Model I am using (Bert, XLNet ...): T5 - TFT5ForConditionalGeneration

Language I am using the model on (English, Chinese ...): English

The problem arises when using:

The tasks I am working on is:

To reproduce

Steps to reproduce the behavior:

  1. Download pre-trained T5 model & T5 tokenizer
  2. Encode this sentence: question: What is coronavirus? context: Coronavirus disease 2019 (COVID-19) is an infectious disease caused by severe acute respiratory syndrome coronavirus 2 (SARS-CoV-2). The disease was first identified in December 2019 in Wuhan, the capital of China's Hubei province, and has since spread globally, resulting in the ongoing 2019–20 coronavirus pandemic. As of 30 April 2020,[update] more than 3.19 million cases have been reported across 185 countries and territories, resulting in more than 227,000 deaths.
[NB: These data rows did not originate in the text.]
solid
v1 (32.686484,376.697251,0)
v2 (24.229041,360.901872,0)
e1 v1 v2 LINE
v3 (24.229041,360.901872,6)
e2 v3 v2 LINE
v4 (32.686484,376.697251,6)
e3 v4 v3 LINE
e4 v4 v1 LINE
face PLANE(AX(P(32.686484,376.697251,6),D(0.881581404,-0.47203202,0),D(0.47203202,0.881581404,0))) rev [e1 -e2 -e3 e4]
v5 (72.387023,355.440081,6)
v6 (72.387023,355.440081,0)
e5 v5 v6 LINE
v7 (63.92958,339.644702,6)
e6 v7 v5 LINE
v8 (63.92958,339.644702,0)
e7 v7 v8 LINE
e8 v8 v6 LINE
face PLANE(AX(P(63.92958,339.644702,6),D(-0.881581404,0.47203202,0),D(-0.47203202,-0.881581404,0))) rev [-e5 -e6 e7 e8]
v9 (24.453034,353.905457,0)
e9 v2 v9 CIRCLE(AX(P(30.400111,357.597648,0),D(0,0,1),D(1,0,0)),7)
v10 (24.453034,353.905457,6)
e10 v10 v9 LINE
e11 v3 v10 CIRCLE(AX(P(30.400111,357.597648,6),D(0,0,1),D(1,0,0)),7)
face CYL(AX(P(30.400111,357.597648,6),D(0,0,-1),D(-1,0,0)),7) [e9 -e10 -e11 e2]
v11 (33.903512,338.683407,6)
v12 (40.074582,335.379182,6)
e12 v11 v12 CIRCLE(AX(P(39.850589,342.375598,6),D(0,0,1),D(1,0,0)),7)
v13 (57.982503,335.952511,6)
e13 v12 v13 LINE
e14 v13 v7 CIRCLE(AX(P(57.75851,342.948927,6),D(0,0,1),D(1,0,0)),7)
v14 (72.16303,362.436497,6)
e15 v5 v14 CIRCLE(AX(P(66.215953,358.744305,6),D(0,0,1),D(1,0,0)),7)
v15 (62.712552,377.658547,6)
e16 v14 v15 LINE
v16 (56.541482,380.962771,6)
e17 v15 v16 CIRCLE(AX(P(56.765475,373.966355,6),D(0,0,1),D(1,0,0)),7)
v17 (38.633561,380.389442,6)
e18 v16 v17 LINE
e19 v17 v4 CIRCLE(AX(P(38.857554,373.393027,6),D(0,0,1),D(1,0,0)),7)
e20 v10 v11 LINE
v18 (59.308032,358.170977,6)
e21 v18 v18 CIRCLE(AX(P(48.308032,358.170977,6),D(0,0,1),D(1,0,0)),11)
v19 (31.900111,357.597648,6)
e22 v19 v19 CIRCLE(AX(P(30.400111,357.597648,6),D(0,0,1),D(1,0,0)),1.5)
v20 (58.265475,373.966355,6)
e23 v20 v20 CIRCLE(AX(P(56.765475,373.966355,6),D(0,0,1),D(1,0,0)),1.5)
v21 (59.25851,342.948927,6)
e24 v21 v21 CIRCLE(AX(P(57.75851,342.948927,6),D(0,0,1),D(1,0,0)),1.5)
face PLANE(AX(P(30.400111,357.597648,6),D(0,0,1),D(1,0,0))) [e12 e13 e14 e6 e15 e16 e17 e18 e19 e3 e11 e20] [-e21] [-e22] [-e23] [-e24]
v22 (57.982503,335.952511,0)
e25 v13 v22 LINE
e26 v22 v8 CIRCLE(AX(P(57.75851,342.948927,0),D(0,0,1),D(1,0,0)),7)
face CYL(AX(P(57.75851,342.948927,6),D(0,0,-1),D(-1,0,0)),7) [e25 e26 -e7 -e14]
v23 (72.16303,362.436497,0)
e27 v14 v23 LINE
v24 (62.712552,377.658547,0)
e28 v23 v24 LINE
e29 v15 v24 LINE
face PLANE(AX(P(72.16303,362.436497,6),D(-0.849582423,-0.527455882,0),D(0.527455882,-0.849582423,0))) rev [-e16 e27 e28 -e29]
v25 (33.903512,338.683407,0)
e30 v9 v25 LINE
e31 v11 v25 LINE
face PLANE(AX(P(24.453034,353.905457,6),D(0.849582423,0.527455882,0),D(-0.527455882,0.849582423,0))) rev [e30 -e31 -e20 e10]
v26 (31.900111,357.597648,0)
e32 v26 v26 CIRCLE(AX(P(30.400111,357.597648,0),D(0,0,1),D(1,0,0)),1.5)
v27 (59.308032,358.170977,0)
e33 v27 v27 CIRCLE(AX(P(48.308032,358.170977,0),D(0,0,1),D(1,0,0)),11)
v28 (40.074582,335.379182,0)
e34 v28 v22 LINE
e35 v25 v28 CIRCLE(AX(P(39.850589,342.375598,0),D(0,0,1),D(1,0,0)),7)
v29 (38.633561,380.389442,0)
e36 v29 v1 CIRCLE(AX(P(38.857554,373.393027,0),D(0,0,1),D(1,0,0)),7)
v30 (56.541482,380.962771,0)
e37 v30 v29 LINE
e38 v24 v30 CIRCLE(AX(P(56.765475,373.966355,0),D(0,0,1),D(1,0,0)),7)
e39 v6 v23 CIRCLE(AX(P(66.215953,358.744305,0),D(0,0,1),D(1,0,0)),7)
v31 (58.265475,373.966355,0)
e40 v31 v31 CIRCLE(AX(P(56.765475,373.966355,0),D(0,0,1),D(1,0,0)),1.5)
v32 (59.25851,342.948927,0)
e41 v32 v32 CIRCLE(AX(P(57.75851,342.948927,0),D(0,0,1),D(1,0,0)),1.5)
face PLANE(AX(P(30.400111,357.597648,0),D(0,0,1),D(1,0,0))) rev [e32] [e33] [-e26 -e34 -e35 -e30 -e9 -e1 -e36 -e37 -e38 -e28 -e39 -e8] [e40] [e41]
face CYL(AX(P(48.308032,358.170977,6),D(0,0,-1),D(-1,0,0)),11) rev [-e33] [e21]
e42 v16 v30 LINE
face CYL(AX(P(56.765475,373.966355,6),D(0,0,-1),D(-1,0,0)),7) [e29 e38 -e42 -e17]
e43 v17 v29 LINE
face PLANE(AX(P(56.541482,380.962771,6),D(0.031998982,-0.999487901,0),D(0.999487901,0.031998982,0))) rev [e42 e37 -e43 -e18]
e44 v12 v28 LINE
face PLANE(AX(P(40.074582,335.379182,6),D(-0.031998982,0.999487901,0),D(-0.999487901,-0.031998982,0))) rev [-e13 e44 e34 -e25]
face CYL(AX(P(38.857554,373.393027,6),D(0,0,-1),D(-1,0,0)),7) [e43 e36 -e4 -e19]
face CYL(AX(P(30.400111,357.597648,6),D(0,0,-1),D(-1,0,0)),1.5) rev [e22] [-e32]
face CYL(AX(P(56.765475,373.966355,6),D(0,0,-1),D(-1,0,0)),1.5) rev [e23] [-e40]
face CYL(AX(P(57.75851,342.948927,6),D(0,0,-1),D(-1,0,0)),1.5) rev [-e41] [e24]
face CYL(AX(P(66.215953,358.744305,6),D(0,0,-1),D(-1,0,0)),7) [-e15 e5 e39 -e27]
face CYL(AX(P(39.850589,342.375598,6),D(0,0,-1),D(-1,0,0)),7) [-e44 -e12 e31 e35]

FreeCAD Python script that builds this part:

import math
import FreeCAD as App
import Part
import Sketcher

doc = App.newDocument("Part")
body = doc.addObject("PartDesign::Body", "Body")

# Sketch on XY plane
sketch1 = doc.addObject("Sketcher::SketchObject", "Sketch")
body.addObject(sketch1)
sketch1.AttachmentSupport = (doc.XY_Plane, [""])
sketch1.MapMode = "FlatFace"
sketch1.addGeometry([
    Part.LineSegment(App.Vector(24.5, 353.9, 0), App.Vector(33.9, 338.7, 0)),  # 0
    Part.ArcOfCircle(Part.Circle(App.Vector(39.9, 342.4, 0), App.Vector(0, 0, 1), 7), math.radians(-148), math.radians(-88)),  # 1
    Part.LineSegment(App.Vector(40.1, 335.4, 0), App.Vector(58, 336, 0)),  # 2
    Part.ArcOfCircle(Part.Circle(App.Vector(57.8, 342.9, 0), App.Vector(0, 0, 1), 7), math.radians(-88), math.radians(-28)),  # 3
    Part.LineSegment(App.Vector(63.9, 339.6, 0), App.Vector(72.4, 355.4, 0)),  # 4
    Part.ArcOfCircle(Part.Circle(App.Vector(66.2, 358.7, 0), App.Vector(0, 0, 1), 7), math.radians(-28), math.radians(32)),  # 5
    Part.LineSegment(App.Vector(72.2, 362.4, 0), App.Vector(62.7, 377.7, 0)),  # 6
    Part.ArcOfCircle(Part.Circle(App.Vector(56.8, 374, 0), App.Vector(0, 0, 1), 7), math.radians(32), math.radians(92)),  # 7
    Part.LineSegment(App.Vector(56.5, 381, 0), App.Vector(38.6, 380.4, 0)),  # 8
    Part.ArcOfCircle(Part.Circle(App.Vector(38.9, 373.4, 0), App.Vector(0, 0, 1), 7), math.radians(92), math.radians(152)),  # 9
    Part.LineSegment(App.Vector(32.7, 376.7, 0), App.Vector(24.2, 360.9, 0)),  # 10
    Part.ArcOfCircle(Part.Circle(App.Vector(30.4, 357.6, 0), App.Vector(0, 0, 1), 7), math.radians(152), math.radians(212)),  # 11
    Part.Circle(App.Vector(30.4, 357.6, 0), App.Vector(0, 0, 1), 1.5),  # 12
    Part.Circle(App.Vector(57.8, 342.9, 0), App.Vector(0, 0, 1), 1.5),  # 13
    Part.Circle(App.Vector(48.3, 358.2, 0), App.Vector(0, 0, 1), 11),  # 14
    Part.Circle(App.Vector(56.8, 374, 0), App.Vector(0, 0, 1), 1.5),  # 15
], False)
sketch1.addConstraint([
    Sketcher.Constraint("Tangent", 0, 2, 1, 1),
    Sketcher.Constraint("Tangent", 1, 2, 2, 1),
    Sketcher.Constraint("Tangent", 2, 2, 3, 1),
    Sketcher.Constraint("Tangent", 3, 2, 4, 1),
    Sketcher.Constraint("Tangent", 4, 2, 5, 1),
    Sketcher.Constraint("Tangent", 5, 2, 6, 1),
    Sketcher.Constraint("Tangent", 6, 2, 7, 1),
    Sketcher.Constraint("Tangent", 7, 2, 8, 1),
    Sketcher.Constraint("Tangent", 8, 2, 9, 1),
    Sketcher.Constraint("Tangent", 9, 2, 10, 1),
    Sketcher.Constraint("Tangent", 10, 2, 11, 1),
    Sketcher.Constraint("Tangent", 11, 2, 0, 1),
    Sketcher.Constraint("Coincident", 12, 3, 11, 3),
    Sketcher.Constraint("Coincident", 13, 3, 3, 3),
    Sketcher.Constraint("Coincident", 15, 3, 7, 3),
    Sketcher.Constraint("Equal", 1, 3),
    Sketcher.Constraint("Equal", 3, 5),
    Sketcher.Constraint("Equal", 5, 7),
    Sketcher.Constraint("Equal", 7, 9),
    Sketcher.Constraint("Equal", 9, 11),
    Sketcher.Constraint("Equal", 12, 13),
    Sketcher.Constraint("Equal", 13, 15),
    Sketcher.Constraint("Parallel", 0, 6),
    Sketcher.Constraint("Parallel", 2, 8),
    Sketcher.Constraint("Parallel", 4, 10),
    Sketcher.Constraint("Equal", 0, 2),
    Sketcher.Constraint("Equal", 2, 4),
    Sketcher.Constraint("Equal", 4, 6),
    Sketcher.Constraint("Diameter", 12, 3.0),
    Sketcher.Constraint("Diameter", 14, 22.0),
    Sketcher.Constraint("Radius", 1, 7.0),
    Sketcher.Constraint("DistanceX", 9, 3, 5, 3, 27.358399),
    Sketcher.Constraint("DistanceY", 3, 3, 9, 3, 30.4441),
    Sketcher.Constraint("DistanceX", 11, 3, 0, 2, 3.503401),
    Sketcher.Constraint("DistanceX", -1, 1, 1, 3, 39.850589),
    Sketcher.Constraint("DistanceX", -1, 1, 14, 3, 48.308032),
    Sketcher.Constraint("DistanceX", -1, 1, 1, 2, 40.074582),
    Sketcher.Constraint("DistanceY", -1, 1, 2, 2, 335.952511),
    Sketcher.Constraint("DistanceY", 1, 3, 14, 3, 15.795379),
])
pad1 = doc.addObject("PartDesign::Pad", "Pad")
body.addObject(pad1)
pad1.Profile = sketch1
pad1.Length = 6

doc.recompute()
More than 972,000 people have recovered.
  3. Generate N answer (the number doesn't matter, in my case it was 5/7/10)

Code:

from transformers import T5Tokenizer, TFT5ForConditionalGeneration

model_str = "t5-base"
hyperparams = dict(
        top_k = 50,
        top_p = 0.95,
        max_length = None,
        temperature = 0.7,
        num_return_sequences = 5,
        do_sample=True,
        use_cache=False)

tokenizer = T5Tokenizer.from_pretrained(model_str)
model = TFT5ForConditionalGeneration.from_pretrained(model_str)

def generate(input_ids):
  outputs = model.generate(input_ids, **hyperparams)
  all_outputs = []
  if outputs is not None and outputs.shape[0] == 1:
      outputs = tokenizer.decode(tf.squeeze(outputs), skip_special_tokens=True)
      all_outputs.append(outputs) 
  elif outputs is not None:
      all_outputs.extend([tokenizer.decode(o, skip_special_tokens=True) for o in outputs])
  return all_outputs

sentence = """question: What is coronavirus? context: Coronavirus disease 2019 (COVID-19) is an infectious disease caused by severe acute respiratory syndrome coronavirus 2 (SARS-CoV-2). The disease was first identified in December 2019 in Wuhan, the capital of China's Hubei province, and has since spread globally, resulting in the ongoing 2019–20 coronavirus pandemic. As of 30 April 2020,[update] more than 3.19 million cases have been reported across 185 countries and territories, resulting in more than 227,000 deaths. More than 972,000 people have recovered.
""".replace("\n"," ")

input_ids = tokenizer.encode(sentence,return_tensors="tf")
generate(input_ids)

Expected behavior

This error happens for some questions only. If you remove the question mark from the question you'll get an output. First I've thought that the question mark is the problem, but on other examples both with and without question mark resulted in the same error.

Environment info

patrickvonplaten commented 4 years ago

Hey @zirlman,

Thanks a lot for catching the error and the detailed error description. The PR that will fix the error is linked to the issue :-)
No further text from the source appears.